# [EVDL] Bridge diode failure



## EVDL List (Jul 27, 2007)

I have been using a boosted bad boy charger for opportunity charging
for 3 years. There are not that many opportunities around here, but I
probably have 30 hours on it.

With an unanticipated trip extension and 10 degree weather, I needed a
boost so I prevailed upon the Stop & Shop manager for some juice.
Around the back at a loading dock they unplugged a light and plugged
in the Suzuki. A loud bang indicated that all was not well. One lead
was blown completely off the diode and lots of soot in the area. Their
fuse didn't blow.

Is this a normal failure mode? Could the low temperature be the
reason? I would expect this kind of failure when plugging in a new
component, but would think an older one would just die.

Anybody else have this happen? Anything I should do differently?

-- 
http://www.austinev.org/evalbum/1059
http://stormselectric.blogspot.com/
Storm

_______________________________________________
General EVDL support: http://evdl.org/help/
Usage guidelines: http://evdl.org/help/index.html#conv
Archives: http://evdl.org/archive/
Subscription options: http://lists.sjsu.edu/mailman/listinfo/ev


----------



## EVDL List (Jul 27, 2007)

Hello Storm,

There is a distance factor in the circuit wire, plus the resistance of the 
connections and splices. Also, if it's a older type of circuit breaker, it 
may not have the interrupting time factor as a new one.

Example of a demonstration I did shorting out a Square D 20 amp 10,000 AIC 
Circuit breaker on a 120 volt circuit using a No. AWG 12 19 stranded copper 
wire for a run of 20 feet to a 20 amp 120 vac receptacle.
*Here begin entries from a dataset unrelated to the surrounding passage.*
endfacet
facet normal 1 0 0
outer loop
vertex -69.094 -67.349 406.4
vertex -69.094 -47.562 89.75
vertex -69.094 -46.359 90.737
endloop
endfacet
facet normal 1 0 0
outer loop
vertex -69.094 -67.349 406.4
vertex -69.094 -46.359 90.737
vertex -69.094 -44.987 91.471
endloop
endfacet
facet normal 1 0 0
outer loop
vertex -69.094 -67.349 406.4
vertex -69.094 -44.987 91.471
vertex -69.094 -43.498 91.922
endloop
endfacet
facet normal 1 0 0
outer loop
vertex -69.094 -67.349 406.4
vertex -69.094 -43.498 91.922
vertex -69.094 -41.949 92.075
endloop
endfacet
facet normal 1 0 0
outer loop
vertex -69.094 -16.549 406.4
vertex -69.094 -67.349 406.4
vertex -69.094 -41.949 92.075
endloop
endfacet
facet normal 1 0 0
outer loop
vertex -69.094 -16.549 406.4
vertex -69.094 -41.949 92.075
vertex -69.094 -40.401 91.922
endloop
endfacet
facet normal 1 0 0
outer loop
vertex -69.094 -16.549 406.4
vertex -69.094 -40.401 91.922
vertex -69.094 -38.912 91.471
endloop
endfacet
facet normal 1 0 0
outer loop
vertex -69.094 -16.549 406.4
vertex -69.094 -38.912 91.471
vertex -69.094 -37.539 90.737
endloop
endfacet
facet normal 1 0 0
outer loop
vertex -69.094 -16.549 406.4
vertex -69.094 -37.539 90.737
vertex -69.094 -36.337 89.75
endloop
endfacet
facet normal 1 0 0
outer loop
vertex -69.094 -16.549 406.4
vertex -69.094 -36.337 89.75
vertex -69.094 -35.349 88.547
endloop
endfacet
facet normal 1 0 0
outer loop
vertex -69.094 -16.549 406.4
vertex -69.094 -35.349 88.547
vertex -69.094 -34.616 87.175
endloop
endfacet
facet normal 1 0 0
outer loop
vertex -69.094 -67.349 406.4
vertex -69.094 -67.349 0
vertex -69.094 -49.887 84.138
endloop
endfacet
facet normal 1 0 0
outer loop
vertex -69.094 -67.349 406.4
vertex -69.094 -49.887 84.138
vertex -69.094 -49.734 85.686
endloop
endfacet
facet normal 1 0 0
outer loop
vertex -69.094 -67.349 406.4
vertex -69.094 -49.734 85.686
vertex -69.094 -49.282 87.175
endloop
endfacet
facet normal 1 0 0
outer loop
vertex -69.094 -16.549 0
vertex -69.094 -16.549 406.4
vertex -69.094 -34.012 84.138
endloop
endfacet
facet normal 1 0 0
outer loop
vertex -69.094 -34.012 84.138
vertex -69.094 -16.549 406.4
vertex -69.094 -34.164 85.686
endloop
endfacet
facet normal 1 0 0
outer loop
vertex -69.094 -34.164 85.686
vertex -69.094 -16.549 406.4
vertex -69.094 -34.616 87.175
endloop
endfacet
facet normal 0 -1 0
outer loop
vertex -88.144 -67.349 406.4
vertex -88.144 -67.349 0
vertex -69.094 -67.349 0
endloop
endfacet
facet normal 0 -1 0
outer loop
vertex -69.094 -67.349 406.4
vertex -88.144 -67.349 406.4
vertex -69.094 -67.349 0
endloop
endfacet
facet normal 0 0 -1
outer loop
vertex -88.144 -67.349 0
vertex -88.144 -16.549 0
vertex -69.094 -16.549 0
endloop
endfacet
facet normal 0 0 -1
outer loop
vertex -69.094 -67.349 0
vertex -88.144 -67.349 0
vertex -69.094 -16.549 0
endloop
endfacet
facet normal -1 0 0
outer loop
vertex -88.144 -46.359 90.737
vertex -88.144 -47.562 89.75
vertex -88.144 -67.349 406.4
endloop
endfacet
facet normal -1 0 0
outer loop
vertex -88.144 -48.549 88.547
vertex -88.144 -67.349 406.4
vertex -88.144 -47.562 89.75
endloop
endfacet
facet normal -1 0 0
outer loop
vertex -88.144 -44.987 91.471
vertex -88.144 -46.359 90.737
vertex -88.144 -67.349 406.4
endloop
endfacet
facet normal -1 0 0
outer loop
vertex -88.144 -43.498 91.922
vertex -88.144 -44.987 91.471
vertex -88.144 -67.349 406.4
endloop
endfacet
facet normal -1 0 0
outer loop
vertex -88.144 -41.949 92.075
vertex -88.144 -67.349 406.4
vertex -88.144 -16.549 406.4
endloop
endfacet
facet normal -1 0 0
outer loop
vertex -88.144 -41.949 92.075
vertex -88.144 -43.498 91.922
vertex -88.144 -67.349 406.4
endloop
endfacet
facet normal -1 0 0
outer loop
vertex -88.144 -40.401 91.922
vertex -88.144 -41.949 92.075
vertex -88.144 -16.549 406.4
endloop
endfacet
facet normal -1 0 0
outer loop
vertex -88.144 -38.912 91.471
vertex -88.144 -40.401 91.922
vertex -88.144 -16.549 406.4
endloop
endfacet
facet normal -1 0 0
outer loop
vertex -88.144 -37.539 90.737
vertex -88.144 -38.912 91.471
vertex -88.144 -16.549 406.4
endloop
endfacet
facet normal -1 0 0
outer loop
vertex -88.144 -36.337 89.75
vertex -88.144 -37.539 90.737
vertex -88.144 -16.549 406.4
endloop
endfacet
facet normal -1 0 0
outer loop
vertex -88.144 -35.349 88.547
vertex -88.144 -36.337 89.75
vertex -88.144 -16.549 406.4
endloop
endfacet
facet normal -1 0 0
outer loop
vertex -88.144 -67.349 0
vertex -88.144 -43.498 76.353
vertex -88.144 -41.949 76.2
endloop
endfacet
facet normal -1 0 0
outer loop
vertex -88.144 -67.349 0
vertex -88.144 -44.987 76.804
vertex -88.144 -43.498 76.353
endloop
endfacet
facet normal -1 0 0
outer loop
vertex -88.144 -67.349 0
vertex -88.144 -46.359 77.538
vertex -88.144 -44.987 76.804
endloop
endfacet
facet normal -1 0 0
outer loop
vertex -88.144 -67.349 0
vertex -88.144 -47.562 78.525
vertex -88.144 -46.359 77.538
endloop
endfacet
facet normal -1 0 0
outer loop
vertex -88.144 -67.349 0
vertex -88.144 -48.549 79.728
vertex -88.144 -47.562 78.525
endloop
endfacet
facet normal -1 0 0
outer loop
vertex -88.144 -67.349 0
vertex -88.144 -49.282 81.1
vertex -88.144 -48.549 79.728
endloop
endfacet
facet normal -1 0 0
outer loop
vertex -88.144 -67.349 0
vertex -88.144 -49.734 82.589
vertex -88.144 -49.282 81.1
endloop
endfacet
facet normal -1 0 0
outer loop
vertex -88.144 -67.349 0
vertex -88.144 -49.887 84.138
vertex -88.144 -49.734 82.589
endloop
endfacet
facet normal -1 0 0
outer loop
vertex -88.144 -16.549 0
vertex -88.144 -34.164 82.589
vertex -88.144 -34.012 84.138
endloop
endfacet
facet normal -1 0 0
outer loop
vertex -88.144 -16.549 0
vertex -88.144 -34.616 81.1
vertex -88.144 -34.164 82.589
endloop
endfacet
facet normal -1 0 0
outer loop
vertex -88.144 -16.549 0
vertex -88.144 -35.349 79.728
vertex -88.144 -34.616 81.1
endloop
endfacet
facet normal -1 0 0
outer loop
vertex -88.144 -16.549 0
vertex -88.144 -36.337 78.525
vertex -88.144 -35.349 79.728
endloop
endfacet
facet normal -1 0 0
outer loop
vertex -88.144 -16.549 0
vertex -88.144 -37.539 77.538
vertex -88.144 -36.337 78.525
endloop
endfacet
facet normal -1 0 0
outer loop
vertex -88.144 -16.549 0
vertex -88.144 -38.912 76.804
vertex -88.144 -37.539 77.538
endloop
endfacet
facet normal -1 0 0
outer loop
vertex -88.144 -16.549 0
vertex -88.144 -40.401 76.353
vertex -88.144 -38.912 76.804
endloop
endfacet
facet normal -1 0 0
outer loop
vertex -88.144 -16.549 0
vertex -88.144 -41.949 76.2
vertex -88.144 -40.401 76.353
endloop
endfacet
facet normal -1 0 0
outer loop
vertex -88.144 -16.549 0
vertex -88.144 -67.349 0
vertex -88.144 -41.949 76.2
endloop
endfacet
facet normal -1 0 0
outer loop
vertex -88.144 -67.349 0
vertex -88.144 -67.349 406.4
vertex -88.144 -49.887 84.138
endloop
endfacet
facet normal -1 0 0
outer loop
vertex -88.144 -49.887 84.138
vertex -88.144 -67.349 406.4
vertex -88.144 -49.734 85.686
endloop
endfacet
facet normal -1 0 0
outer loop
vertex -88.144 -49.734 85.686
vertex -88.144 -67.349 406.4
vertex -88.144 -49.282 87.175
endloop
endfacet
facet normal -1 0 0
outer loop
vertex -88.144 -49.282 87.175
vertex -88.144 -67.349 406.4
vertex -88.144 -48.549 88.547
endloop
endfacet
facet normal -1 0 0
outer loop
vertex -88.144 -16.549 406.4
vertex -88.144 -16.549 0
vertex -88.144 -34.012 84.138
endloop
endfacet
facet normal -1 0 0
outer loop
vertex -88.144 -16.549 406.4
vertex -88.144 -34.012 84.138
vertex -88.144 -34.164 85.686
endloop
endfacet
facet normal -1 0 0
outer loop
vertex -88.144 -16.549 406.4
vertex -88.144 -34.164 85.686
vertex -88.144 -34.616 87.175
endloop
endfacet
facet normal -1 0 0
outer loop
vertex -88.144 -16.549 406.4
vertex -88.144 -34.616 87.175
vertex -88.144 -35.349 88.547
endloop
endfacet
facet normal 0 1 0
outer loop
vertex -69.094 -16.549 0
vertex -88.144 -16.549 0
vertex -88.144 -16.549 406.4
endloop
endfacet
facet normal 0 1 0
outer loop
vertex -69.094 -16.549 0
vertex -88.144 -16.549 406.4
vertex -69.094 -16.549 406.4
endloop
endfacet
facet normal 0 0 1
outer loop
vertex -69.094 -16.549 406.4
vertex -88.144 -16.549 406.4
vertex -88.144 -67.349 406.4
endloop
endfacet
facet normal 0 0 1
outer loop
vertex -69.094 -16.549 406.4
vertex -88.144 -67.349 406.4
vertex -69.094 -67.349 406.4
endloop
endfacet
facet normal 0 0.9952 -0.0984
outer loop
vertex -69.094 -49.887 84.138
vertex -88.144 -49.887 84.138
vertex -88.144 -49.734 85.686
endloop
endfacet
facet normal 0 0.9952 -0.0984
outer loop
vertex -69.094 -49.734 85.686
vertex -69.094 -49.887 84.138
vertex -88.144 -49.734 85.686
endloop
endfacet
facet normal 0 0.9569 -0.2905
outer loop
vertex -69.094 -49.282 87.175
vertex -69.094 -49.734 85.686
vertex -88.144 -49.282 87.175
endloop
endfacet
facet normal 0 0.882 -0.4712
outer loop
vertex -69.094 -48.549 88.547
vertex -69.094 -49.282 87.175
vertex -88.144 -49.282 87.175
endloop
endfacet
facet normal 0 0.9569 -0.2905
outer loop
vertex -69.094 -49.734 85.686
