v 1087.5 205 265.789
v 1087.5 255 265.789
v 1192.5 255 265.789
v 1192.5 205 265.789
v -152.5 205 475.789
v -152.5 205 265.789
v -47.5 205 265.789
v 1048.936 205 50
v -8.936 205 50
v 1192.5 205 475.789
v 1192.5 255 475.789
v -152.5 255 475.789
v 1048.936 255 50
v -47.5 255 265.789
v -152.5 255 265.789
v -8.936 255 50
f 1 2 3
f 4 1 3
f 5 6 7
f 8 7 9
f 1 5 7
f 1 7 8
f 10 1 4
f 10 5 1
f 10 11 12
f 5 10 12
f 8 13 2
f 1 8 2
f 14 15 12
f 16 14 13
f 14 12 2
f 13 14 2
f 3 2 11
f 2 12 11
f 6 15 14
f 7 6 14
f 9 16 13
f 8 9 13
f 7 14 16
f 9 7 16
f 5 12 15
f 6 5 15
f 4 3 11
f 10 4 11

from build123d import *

# Parameters (mm, degrees)
F4_DEPTH = 50


with BuildPart() as f4:
    # F3 (on plane+point) → F4 (new body)
    with BuildSketch(Plane.XZ.offset(-255)):
        Polygon((-152.5, 265.7889200098), (-47.5, 265.7889200098), (-8.9356621785, 50), (1048.9356621785, 50), (1087.5, 265.7889200098), (1192.5, 265.7889200098), (1192.5, 475.7889200098), (-152.5, 475.7889200098), align=None)
    extrude(amount=F4_DEPTH)


solid = f4.part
I took a paper clip and bend it, so it would insert it into the receptacle, 
using my bare fingers. The circuit breaker trip so fast, that the paper 
clip did not get warm.

Now changing the circuit breaker to a XXX brand type, and this time, I held 
the paper clip with a 12 inch long nose, with insulated line man cloves and 
face shield and hard hat. This time when I insert the paper clip, the paper 
clip burn red hot in two, which may or may not not trip the circuit breaker.

Also A length of the size of conductor run may not blow the circuit.
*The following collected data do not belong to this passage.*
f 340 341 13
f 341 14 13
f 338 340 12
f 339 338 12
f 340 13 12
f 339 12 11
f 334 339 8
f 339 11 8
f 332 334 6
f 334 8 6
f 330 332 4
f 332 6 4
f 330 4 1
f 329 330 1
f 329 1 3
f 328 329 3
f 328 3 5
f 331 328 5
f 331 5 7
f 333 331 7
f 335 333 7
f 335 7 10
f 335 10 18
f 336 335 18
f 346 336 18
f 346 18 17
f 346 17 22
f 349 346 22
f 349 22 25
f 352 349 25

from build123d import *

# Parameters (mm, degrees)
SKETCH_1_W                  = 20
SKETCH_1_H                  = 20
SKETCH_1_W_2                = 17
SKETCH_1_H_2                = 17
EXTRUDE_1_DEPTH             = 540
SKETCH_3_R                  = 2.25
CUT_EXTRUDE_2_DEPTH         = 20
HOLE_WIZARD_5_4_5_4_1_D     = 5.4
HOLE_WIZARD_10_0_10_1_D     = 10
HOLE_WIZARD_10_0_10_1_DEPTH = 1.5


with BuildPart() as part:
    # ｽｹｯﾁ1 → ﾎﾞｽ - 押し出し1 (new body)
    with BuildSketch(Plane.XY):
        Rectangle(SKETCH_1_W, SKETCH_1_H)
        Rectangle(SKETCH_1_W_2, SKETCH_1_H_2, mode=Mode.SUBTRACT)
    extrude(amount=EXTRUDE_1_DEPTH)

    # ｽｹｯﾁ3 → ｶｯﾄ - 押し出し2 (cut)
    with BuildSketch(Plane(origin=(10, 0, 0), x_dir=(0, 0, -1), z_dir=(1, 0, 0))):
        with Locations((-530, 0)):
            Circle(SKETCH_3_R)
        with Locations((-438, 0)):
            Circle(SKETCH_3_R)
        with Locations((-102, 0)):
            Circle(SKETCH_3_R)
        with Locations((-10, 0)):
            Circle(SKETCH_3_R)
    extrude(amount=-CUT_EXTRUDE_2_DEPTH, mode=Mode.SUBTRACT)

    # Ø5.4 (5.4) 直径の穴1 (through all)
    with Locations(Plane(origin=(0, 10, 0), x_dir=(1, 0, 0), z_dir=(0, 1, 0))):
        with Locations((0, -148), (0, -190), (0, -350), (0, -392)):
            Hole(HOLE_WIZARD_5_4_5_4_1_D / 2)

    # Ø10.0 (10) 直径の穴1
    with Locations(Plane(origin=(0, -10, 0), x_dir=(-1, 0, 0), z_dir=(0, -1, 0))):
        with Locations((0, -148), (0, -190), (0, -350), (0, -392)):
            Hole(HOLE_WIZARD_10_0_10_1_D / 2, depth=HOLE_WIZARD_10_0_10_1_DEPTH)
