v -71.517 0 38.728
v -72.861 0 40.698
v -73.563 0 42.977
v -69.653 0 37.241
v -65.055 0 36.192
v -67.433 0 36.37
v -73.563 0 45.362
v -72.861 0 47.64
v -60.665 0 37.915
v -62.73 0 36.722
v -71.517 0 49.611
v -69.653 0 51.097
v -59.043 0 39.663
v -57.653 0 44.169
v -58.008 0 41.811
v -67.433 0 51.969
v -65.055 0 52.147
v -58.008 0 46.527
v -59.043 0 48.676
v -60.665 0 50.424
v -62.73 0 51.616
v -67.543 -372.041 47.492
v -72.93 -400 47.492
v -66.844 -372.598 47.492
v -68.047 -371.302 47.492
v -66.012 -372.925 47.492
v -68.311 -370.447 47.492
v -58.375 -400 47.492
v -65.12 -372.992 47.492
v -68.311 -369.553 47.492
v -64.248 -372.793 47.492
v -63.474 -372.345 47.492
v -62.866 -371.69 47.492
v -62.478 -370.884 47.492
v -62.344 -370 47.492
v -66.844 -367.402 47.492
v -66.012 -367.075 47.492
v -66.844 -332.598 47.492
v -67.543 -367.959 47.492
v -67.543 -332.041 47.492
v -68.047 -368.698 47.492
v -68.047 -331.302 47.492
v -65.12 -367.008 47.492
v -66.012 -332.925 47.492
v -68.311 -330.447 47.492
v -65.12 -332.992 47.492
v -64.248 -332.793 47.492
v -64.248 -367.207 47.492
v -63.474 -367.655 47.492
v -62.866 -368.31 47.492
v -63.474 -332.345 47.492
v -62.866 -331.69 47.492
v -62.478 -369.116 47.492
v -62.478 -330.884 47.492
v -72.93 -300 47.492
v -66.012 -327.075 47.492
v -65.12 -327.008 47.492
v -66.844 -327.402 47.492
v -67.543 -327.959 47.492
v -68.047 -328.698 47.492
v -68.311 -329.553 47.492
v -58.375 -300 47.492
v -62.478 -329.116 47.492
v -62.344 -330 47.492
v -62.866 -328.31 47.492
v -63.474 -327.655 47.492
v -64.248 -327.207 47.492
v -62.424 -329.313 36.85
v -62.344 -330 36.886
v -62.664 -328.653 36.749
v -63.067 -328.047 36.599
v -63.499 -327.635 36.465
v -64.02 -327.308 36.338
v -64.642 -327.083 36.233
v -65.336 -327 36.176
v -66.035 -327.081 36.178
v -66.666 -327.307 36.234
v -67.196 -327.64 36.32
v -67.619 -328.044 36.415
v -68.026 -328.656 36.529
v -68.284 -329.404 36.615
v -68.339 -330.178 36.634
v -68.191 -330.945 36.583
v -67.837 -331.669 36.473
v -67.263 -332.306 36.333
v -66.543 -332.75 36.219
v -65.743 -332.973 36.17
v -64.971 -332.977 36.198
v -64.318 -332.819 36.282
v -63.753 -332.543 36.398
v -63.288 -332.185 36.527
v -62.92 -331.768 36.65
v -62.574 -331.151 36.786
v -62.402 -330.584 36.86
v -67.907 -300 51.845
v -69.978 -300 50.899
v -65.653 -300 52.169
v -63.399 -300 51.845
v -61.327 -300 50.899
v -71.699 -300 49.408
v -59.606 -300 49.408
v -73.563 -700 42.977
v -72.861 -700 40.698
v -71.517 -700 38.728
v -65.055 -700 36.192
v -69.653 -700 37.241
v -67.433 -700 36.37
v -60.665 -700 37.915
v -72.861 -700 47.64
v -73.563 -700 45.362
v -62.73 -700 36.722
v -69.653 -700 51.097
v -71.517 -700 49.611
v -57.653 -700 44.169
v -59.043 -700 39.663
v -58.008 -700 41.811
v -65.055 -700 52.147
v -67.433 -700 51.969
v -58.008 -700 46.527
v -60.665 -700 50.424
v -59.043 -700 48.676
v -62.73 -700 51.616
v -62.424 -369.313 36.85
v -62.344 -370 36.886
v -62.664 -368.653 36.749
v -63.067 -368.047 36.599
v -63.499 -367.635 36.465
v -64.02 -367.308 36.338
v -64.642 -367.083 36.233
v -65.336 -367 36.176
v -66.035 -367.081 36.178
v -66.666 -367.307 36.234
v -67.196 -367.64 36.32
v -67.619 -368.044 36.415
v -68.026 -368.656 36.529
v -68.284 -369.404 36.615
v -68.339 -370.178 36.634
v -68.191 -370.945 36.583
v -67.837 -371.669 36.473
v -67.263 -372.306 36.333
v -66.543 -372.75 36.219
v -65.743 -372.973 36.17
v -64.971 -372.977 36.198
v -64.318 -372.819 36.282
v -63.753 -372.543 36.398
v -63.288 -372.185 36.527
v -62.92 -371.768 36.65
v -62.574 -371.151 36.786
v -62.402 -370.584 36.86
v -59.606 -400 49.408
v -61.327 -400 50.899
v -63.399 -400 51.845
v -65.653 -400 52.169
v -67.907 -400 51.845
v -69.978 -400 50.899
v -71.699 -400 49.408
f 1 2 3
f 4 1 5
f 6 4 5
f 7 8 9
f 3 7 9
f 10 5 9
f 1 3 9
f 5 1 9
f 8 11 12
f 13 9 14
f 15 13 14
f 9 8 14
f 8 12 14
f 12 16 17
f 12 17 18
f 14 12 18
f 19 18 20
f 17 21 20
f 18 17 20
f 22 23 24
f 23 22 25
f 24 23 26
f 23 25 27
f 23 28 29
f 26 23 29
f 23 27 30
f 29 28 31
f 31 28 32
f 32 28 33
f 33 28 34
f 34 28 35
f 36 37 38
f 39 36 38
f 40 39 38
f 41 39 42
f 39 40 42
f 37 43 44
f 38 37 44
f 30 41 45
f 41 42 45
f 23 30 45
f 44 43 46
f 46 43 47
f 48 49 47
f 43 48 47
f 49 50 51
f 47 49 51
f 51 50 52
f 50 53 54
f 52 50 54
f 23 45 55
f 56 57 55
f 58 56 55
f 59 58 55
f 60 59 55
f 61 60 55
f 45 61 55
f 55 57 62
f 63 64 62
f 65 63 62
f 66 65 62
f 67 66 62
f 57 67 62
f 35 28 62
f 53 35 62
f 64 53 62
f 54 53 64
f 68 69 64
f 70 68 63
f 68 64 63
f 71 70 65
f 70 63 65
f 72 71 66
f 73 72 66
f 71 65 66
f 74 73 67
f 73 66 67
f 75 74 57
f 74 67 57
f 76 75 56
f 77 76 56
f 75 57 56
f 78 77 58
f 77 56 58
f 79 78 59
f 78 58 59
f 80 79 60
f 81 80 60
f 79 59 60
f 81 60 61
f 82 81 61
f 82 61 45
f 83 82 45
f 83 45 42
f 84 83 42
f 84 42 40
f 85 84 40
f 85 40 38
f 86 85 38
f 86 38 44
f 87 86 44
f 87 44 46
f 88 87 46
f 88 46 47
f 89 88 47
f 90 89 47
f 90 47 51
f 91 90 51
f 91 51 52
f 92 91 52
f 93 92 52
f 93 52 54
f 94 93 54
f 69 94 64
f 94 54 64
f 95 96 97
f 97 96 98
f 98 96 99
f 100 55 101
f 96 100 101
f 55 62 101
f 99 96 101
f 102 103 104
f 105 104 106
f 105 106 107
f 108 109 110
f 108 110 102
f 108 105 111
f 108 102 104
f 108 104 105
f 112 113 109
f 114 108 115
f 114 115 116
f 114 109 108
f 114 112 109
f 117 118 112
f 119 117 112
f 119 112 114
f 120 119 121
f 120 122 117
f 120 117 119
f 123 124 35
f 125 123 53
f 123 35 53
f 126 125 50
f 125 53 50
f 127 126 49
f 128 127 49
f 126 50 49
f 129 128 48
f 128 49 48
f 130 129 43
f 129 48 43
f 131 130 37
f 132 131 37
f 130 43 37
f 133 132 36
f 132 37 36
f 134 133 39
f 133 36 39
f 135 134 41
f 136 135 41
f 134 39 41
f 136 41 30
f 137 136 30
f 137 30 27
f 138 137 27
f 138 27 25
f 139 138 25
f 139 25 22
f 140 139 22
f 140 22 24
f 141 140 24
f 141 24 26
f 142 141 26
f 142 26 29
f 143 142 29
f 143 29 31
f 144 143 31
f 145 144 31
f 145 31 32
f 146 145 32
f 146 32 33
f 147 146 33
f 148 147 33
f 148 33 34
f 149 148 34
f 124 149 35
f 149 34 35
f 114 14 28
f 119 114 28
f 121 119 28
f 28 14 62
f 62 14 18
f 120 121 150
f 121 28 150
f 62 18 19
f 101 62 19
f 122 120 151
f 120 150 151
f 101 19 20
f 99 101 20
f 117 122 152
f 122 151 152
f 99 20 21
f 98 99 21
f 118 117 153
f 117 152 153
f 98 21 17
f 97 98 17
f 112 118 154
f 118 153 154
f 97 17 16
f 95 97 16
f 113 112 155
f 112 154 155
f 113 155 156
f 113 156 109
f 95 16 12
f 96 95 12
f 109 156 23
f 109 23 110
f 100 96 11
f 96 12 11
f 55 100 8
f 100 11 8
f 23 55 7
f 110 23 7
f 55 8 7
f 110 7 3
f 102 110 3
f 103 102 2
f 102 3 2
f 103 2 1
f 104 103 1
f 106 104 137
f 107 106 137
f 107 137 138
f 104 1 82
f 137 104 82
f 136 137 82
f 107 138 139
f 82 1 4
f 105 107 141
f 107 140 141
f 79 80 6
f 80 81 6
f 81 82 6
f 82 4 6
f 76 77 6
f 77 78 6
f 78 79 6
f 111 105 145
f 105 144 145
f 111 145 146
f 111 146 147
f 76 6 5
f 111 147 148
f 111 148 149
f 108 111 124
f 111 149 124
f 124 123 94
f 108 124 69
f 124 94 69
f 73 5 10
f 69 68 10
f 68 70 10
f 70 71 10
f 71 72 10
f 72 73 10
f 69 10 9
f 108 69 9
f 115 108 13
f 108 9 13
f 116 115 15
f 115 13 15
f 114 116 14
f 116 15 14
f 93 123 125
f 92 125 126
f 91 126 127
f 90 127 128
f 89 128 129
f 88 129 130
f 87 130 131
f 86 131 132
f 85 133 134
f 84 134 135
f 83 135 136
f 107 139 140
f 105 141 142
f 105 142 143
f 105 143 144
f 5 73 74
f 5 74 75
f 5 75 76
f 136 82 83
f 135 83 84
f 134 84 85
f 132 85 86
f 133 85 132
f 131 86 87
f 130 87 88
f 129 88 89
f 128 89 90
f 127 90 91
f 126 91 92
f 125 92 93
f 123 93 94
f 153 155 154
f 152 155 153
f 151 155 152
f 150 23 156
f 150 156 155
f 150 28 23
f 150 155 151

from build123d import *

# Parameters (mm, degrees)
F0_R     = 8
F1_DEPTH = 700
F2_W     = 100
F2_H     = 5
F3_DEPTH = 88
F4_R     = 3
F5_DEPTH = 15


with BuildPart() as f1:
    # F0 (on Front) → F1 (new body)
    with BuildSketch(Plane.XZ):
        with Locations((-65.652847, 44.169296)):
            Circle(F0_R)
    extrude(amount=F1_DEPTH)

    # F2 (on Right) → F3 (cut)
    with BuildSketch(Plane.YZ):
        with Locations((-350, 49.991539)):
            Rectangle(F2_W, F2_H)
    extrude(amount=-F3_DEPTH, mode=Mode.SUBTRACT)

    # F4 (on face) → F5 (cut)
    with BuildSketch(Plane.XY.offset(47.491539)):
        with Locations((-65.344319, -370)):
            Circle(F4_R)
        with Locations((-65.344319, -330)):
            Circle(F4_R)
    extrude(amount=-F5_DEPTH, mode=Mode.SUBTRACT)


solid = f1.part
Another demonstration I did, was to run out a circuit loop of 4000 feet of 
No. 10 Awg 19 stranded copper wire, and connected one end to the neutral and 
the other end to a 20 amp circuit breaker.

Turning on the breaker, it did not blow. The 4000 feet of No. 10 wire 
dissipated about 18 amps on this test.

Another test we done, is to demonstrate what happens when you run out long 
lengths of extension cords which plug into a receptacle that may have up to 
5 other receptacles on the circuit and some other loads.

The extension cord was 30 feet of No. 18 awg conductor which was plug into a 
20 amp No. 12 awg receptacle circuit that was about 50 feet from the panel, 
but the conduit ran 15 feet up and down the walls to get to the panel.

We put a 16 amp load on this wire, and the connections at the cord ends got 
hot and melted the plastic.

Any time you run over 42 feet for a No. 12 awg 20 amp circuit, this circuit 
should be a No. 10 awg 19 stranded wire. The cord in should be a No. 14 
wire size for 15 amp maximum for a run of 15 feet if you do not want more 
than a 1 percent voltage drop.

A No. 12 wire size should be use for a 20 amp with a maximum run of 20 feet 
for a 1 percent voltage drop. Lets say the voltage at the panel is 120 
volts, and at the receptacle on a No. 10 wire has a 1 percent voltage drop 
or about 118.8 volts. You are allow to run up to 3 percent voltage drop 
using a longer cord, which would be about 115.2 volts.

Some equipment has a service factor where it can run on a over or under 3 
percent voltage drop.

Assuming you had about a 1500 watt load on your charger and the run was 
about 100 feet of different size wires on other type of loads, you could 
have possible have a voltage between 100 to 105 volts.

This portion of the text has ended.